In the GDR's diesel locomotive program, a 650-hp locomotive was planned for medium shunting services, of which two prototypes were manufactured in 1959 as the V 60. It also had to be able to be used on tight radii and not only be used by the Reichsbahn, but also in industrial combines and, if possible, also be exported. The required axle load of a maximum of 15 tonnes made four axles necessary, which had to be in one frame because of the drive via coupling rods. Two axles were connected to each other with a Beugniot frame in order to enable the axles to be moved sideways.
The prototypes were powered by a turbocharged V8, which, however, did not prove itself with the frequent load changes in shunting. Instead, the larger V12 from the V 100 and V 180 was used in production, which still achieved the required 650 hp after the omission of the turbocharger. The first 163 prodction engines of the V 6010 weighed 55 tonnes, the others were equipped with five tonnes of ballast and designated as V 6012. Production was soon relocated from Babelsberg to Hennigsdorf, with a total of 2,256 units built by 1982. The engines were listed as class 106 from 1968. After the completion of more than 1,000 engines, the class numbers 104 and 105 were used to comply with the three-digit serial numbers, since the 107 was already occupied by the V 75.
As planned, the V 60 was also used by a large number of industrial companies, even if the Reichsbahn later bought some of them. For the ferry port of Mukran on the island of Rügen, 14 examples were converted to a gauge of 1,520 mm and central buffer coupling in order to be able to take over the Soviet freight cars arriving there. Exports took place to Egypt, Bulgaria, Algeria and others.
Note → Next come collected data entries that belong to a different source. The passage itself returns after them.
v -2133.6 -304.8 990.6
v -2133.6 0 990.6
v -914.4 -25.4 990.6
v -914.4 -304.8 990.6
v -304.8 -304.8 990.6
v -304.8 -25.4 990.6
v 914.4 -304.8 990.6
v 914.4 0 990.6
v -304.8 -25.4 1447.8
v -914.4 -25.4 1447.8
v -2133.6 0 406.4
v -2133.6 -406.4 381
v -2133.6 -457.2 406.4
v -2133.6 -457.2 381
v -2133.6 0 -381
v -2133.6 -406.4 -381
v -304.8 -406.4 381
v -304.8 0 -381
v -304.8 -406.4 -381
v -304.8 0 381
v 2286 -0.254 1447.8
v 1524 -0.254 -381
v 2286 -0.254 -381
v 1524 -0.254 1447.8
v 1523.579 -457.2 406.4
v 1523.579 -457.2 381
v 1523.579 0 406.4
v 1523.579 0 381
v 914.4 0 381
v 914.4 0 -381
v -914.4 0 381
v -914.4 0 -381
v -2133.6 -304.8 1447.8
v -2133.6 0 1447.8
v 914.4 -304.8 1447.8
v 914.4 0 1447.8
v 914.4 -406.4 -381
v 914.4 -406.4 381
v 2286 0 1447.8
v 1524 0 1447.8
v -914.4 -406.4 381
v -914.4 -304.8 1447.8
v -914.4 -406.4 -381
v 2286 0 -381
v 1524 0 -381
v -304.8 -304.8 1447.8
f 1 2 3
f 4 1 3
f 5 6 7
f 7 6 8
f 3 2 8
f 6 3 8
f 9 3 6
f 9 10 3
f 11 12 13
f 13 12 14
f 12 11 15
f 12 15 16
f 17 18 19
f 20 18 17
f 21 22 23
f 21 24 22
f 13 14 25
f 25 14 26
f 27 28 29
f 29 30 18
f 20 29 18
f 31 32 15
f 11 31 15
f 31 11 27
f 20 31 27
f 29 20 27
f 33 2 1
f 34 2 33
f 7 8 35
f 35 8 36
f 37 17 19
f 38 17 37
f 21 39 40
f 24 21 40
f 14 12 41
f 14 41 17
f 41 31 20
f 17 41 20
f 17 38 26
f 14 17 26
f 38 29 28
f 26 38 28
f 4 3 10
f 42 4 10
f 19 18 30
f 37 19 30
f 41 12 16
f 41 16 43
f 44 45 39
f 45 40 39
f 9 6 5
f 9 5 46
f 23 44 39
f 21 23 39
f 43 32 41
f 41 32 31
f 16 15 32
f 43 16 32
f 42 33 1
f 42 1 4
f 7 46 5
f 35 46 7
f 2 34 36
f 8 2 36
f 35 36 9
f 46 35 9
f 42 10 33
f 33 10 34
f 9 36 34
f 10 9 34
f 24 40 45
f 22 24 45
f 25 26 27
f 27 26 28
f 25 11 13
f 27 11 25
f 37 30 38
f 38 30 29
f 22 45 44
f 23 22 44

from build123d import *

# Parameters (mm, degrees)
F0_W     = 609.6
F0_H     = 762
F1_DEPTH = 406.4
F2_DEPTH = 0.254
F0_H_2   = 457.2
F3_DEPTH = 304.8
F4_W     = 1219.2
F4_H     = 406.4
F5_DEPTH = 25.4
F6_DEPTH = 25.4


with BuildPart() as f1:
    # F0 (on Front) → F1 (new body)
    with BuildSketch(Plane.XZ):
        with Locations((609.6, 0)):
            Rectangle(F0_W, F0_H)
        Rectangle(F0_W, F0_H)
    extrude(amount=F1_DEPTH)



with BuildPart() as f1b:
    # F0 (on Front) → F1, piece 2 (new body)
    with BuildSketch(Plane.XZ):
        with Locations((-1828.8, 0)):
            Rectangle(F0_W, F0_H)
        with Locations((-1219.2, 0)):
            Rectangle(F0_W, F0_H)
    extrude(amount=F1_DEPTH)


with BuildPart() as f2:
    # F0 (on Front) → F2 (new body)
    with BuildSketch(Plane.XZ):
        Polygon((1524, 381), (1524, -381), (2286, -381), (2286, 1447.8), (1524, 1447.8), (1524, 990.6), align=None)
    extrude(amount=F2_DEPTH)


with BuildPart() as f3:
    # F0 (on Front) → F3 (new body)
    with BuildSketch(Plane.XZ):
        with Locations((-1219.2, 1219.2)):
            Rectangle(F0_W, F0_H_2)
        with Locations((-1828.8, 1219.2)):
            Rectangle(F0_W, F0_H_2)
    extrude(amount=F3_DEPTH)



with BuildPart() as f3b:
    # F0 (on Front) → F3, piece 2 (new body)
    with BuildSketch(Plane.XZ):
        with Locations((609.6, 1219.2)):
            Rectangle(F0_W, F0_H_2)
        with Locations((0, 1219.2)):
            Rectangle(F0_W, F0_H_2)
    extrude(amount=F3_DEPTH)


with BuildPart() as f1_1:
    add(f1.part)

    add(f1b.part)  # F5 merges F1b
    # F4 (on face) → F5 (join)
    with BuildSketch(Plane.XY.offset(381)):
        Polygon((1523.5787630081, -457.2), (1523.5787630081, 0), (-914.4, 0), (-914.4, -406.4), (-2133.6, -406.4), (-2133.6, -457.2), align=None)
        with Locations((-1524, -203.2)):
            Rectangle(F4_W, F4_H)
    extrude(amount=F5_DEPTH)


with BuildPart() as f3_1:
    add(f3.part)

    add(f3b.part)  # F6 merges F3b
    # F0 (on Front) → F6 (join)
    with BuildSketch(Plane.XZ):
        with Locations((0, 1219.2)):
            Rectangle(F0_W, F0_H_2)
        with Locations((-609.6, 1219.2)):
            Rectangle(F0_W, F0_H_2)
    extrude(amount=F6_DEPTH)


solid = Compound([f2.part, f1_1.part, f3_1.part])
After reunification, the locomotives were assigned to the classes 344 to 347. Many were gradually sold off, since the West German V 60 was more economical to use and some had already been equipped with remote control by the Bundesbahn. Even the fact that at that time some locomotives had already been rebuilt with a de-rated engine and a single-gear transmission to improve efficiency did not change that. The industry bought many more locomotives and in some cases used them for a longer period of time.